The books I made are playful, as a lot of postmodern art tends to be. Since the point was emphatically not to transgress fair use by making anything remotely monetizable, at each design crossroads I chose the more laborious, unprofitable, and idiosyncratic option.

What does this look like in bookbinding?

I designed custom chapter heading illustrations for each volume. The endbands were hand-sewn. Each book had a ribbon in a color coordinating with a significant early emotional beat. Letters were printed out separately and secured via letterlocking (aka pre-digital information security as studied and demonstrated by the Unlocking History research team). I gritted my teeth and learned enough of a new (to me) graphic design program to typeset the story. I made my own bookcloth and painted on the title information.
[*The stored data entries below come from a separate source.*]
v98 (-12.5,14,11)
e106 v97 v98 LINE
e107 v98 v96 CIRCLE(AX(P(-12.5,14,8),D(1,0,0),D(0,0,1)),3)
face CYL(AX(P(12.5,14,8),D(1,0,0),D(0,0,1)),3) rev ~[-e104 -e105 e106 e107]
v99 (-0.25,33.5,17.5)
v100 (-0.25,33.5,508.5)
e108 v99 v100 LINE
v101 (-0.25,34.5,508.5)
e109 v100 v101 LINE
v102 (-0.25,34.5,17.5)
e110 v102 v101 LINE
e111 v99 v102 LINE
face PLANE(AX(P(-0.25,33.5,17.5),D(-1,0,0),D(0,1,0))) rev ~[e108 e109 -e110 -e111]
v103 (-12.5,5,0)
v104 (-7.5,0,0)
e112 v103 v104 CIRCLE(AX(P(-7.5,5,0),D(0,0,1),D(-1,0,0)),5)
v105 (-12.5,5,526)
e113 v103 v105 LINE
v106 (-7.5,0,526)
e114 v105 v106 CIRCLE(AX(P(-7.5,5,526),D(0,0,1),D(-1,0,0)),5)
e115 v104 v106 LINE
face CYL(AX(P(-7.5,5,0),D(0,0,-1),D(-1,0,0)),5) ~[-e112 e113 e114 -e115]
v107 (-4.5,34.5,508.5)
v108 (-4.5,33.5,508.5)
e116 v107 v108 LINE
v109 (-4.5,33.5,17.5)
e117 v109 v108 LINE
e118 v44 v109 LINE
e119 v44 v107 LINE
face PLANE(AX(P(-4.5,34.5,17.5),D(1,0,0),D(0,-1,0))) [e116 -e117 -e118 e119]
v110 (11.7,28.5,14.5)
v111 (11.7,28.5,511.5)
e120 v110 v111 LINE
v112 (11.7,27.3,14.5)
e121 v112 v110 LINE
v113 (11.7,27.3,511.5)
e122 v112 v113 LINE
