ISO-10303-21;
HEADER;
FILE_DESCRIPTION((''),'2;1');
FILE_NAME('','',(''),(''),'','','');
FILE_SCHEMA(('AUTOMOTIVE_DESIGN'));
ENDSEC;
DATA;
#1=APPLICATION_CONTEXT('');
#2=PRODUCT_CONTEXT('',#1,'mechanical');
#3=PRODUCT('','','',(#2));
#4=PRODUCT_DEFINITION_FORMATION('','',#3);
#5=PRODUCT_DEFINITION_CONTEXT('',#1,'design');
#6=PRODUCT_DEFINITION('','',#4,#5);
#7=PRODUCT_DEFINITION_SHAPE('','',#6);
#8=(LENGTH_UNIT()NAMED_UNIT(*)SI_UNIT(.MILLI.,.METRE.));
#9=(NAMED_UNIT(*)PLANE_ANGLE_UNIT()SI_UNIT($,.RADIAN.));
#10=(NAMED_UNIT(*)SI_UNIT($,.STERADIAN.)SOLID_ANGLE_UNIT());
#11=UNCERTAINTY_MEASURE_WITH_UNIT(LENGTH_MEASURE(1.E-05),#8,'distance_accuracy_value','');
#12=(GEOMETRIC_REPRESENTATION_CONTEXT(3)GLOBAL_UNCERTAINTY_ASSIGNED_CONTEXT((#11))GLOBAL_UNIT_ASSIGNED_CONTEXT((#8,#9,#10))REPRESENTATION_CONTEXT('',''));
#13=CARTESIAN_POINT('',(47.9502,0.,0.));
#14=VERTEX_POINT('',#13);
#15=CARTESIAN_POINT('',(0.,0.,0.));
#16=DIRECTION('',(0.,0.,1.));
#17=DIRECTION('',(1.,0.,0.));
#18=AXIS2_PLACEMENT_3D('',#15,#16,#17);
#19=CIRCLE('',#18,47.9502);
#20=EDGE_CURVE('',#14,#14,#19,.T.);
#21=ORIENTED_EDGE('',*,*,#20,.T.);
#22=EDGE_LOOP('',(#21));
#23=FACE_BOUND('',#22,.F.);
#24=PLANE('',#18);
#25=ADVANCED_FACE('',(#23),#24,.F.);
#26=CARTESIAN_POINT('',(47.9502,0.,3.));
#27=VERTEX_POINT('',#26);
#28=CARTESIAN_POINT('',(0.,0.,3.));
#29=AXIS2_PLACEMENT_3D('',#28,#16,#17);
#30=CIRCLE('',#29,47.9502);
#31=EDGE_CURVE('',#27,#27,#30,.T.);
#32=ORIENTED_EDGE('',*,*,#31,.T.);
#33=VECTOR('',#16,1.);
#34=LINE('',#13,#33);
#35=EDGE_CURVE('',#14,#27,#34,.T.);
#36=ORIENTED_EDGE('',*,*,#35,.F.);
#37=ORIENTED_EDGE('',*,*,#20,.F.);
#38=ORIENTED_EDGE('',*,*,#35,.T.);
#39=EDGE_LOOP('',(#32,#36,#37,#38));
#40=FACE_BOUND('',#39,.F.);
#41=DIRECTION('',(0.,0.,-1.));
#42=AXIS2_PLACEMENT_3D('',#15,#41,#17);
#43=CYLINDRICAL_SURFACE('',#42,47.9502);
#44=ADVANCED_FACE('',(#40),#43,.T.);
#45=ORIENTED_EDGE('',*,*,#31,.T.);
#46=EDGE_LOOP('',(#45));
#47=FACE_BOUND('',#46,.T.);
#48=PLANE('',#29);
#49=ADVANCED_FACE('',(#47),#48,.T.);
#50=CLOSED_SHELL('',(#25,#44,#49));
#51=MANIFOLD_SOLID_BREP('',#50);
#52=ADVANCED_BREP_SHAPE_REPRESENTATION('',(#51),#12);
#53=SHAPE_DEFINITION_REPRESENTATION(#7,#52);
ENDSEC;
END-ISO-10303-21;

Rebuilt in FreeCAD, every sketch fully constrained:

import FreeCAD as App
import Part
import Sketcher

V = App.Vector

doc = App.newDocument("Part")
body = doc.addObject("PartDesign::Body", "Body")

# Sketch on XY plane
sketch1 = doc.addObject("Sketcher::SketchObject", "Sketch")
body.addObject(sketch1)
sketch1.AttachmentSupport = (doc.XY_Plane, [""])
sketch1.MapMode = "FlatFace"
sketch1.addGeometry(Part.Circle(V(0, 0, 0), V(0, 0, 1), 48), False)
sketch1.addConstraint(Sketcher.Constraint("Coincident", 0, 3, -1, 1))
sketch1.addConstraint(Sketcher.Constraint("Diameter", 0, 95.9004))
pad1 = doc.addObject("PartDesign::Pad", "Pad")
body.addObject(pad1)
pad1.Profile = sketch1
pad1.Length = 3

doc.recompute()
It was a mountain of work to accomplish in a single month, but it was worth every bit of effort to send the author’s volumes as appreciation for the joy I’d had in reading the stories thus bound.

So, yes. My favorite project of 2024 makes no sense at all without postmodernist attitudes towards meaning-making and authorship.

Bonus answer:

My growing obsession with fiber arts also makes a lot more sense in relation to postmodernism. It’s so painfully easy and common to underestimate the intellectual rigor and value of knitting, weaving, crochet, spinning, etc. The Industrial Revolution upended those daily necessities, and even the original Arts and Crafts Movement was deeply flawed by generally ignoring the economic unavailability of their work to the working class. We can’t afford to continue with fast fashion as it is, then. Visible mending and other handicrafts may not save the world, but they are postmodern resistance worth attempting.

TLDR: postmodernism. I should have said postmodernism.